▶ [Exercise materials]
■ ■ ■
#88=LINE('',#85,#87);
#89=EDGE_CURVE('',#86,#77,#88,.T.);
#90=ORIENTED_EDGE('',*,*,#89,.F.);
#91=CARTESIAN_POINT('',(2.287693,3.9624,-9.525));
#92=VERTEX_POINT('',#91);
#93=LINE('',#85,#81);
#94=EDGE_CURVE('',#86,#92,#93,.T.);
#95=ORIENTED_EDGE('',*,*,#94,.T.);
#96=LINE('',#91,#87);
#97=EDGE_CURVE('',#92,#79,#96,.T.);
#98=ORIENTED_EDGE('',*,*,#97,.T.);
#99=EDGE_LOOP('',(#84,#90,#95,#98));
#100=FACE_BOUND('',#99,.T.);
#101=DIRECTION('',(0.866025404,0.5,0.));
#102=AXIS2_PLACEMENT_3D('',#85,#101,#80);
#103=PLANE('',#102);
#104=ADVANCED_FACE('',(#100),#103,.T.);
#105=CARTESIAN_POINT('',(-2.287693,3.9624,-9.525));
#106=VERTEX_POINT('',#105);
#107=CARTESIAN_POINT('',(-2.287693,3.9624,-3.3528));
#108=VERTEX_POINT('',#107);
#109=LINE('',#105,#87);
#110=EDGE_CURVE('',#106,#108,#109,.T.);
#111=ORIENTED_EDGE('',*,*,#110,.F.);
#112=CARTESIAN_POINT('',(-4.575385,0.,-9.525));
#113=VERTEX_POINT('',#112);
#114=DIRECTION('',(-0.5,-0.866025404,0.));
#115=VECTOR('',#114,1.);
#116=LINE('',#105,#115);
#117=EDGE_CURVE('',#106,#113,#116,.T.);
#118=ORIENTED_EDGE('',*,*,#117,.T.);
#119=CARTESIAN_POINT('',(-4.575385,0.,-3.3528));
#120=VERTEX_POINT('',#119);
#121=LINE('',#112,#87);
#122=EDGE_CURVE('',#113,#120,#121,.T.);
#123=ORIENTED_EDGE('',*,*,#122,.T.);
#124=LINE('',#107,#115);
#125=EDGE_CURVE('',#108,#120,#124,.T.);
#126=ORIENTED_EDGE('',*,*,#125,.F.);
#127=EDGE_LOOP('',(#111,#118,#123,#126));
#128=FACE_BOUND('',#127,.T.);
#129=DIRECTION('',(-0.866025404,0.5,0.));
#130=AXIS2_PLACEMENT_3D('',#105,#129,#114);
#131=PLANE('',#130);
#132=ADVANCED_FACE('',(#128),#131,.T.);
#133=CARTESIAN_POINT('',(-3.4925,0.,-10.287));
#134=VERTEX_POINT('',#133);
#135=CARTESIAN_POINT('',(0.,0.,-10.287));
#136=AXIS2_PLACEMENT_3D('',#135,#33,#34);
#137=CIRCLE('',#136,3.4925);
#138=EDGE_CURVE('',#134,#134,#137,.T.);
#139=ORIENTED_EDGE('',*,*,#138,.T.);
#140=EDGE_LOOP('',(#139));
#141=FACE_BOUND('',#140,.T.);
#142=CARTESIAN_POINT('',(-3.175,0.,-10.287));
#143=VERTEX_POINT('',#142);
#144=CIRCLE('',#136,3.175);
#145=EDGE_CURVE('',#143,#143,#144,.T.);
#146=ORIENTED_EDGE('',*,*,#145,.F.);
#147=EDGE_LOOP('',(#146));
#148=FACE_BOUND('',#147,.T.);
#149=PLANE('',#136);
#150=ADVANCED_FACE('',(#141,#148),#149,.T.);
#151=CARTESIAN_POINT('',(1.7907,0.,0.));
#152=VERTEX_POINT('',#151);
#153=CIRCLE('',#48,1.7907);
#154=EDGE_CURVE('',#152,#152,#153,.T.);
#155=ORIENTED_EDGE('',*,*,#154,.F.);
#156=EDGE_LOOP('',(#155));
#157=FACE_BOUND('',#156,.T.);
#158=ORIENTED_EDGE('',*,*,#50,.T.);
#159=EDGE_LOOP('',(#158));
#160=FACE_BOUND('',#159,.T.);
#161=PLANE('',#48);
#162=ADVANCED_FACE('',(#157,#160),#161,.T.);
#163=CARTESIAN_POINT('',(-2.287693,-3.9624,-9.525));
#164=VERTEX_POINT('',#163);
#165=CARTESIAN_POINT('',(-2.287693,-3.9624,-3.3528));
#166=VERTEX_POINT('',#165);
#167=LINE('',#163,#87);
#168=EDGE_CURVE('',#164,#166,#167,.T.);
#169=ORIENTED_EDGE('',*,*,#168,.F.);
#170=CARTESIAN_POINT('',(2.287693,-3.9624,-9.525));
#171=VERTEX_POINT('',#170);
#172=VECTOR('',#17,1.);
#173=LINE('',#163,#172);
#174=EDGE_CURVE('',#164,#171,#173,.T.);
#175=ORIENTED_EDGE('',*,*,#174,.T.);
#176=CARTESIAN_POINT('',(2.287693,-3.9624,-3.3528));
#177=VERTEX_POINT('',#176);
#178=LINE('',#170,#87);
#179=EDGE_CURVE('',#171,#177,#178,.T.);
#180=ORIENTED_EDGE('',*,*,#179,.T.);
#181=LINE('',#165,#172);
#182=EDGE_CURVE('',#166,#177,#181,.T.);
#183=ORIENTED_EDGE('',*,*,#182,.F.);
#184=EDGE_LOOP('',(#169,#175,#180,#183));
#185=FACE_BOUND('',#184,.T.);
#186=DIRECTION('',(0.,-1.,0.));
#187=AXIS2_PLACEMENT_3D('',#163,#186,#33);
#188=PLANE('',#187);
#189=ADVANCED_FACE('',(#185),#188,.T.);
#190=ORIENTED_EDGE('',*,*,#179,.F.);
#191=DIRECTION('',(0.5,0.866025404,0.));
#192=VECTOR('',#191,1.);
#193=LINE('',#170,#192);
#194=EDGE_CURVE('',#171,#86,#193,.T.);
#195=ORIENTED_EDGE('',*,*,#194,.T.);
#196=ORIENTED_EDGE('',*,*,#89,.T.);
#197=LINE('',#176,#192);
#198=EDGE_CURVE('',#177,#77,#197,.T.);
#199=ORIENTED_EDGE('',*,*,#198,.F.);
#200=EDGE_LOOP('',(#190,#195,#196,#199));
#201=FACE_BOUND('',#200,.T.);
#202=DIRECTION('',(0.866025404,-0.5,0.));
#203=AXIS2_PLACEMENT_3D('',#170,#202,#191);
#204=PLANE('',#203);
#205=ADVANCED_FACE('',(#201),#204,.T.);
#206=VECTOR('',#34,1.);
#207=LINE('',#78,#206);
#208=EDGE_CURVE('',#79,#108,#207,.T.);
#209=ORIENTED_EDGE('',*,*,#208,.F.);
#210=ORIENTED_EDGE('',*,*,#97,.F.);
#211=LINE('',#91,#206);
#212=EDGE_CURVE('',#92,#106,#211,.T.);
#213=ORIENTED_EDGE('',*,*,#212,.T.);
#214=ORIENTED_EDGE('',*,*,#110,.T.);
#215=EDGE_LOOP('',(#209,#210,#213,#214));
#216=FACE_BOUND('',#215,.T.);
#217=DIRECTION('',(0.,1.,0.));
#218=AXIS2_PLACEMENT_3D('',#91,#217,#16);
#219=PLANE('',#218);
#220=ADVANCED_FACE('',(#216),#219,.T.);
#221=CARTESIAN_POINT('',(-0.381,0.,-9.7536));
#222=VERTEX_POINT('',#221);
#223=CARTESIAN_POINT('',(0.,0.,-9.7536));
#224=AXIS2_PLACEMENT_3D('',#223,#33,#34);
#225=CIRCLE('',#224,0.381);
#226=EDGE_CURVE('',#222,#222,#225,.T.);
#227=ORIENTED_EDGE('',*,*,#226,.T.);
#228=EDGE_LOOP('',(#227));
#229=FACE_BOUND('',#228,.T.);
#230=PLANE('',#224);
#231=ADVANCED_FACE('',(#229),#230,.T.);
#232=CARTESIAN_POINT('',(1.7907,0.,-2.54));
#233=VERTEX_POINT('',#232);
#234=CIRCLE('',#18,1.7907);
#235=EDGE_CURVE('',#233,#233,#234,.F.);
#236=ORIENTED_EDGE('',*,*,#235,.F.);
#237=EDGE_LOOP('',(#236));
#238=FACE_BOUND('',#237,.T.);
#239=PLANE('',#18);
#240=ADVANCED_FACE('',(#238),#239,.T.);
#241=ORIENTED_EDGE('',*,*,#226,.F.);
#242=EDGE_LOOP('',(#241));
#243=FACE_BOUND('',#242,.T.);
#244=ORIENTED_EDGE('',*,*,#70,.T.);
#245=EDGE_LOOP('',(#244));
■ ■ ■
▶ [What to do] Return only the lines between the one holding "#105=CARTESIAN_POINT('',(-2.287693,3.9624,-9.525));" and the one holding "#111=ORIENTED_EDGE('',*,*,#110,.F.);", inclusive, exactly as they appear above.

▶ [Expected answer]
#105=CARTESIAN_POINT('',(-2.287693,3.9624,-9.525));
#106=VERTEX_POINT('',#105);
#107=CARTESIAN_POINT('',(-2.287693,3.9624,-3.3528));
#108=VERTEX_POINT('',#107);
#109=LINE('',#105,#87);
#110=EDGE_CURVE('',#106,#108,#109,.T.);
#111=ORIENTED_EDGE('',*,*,#110,.F.);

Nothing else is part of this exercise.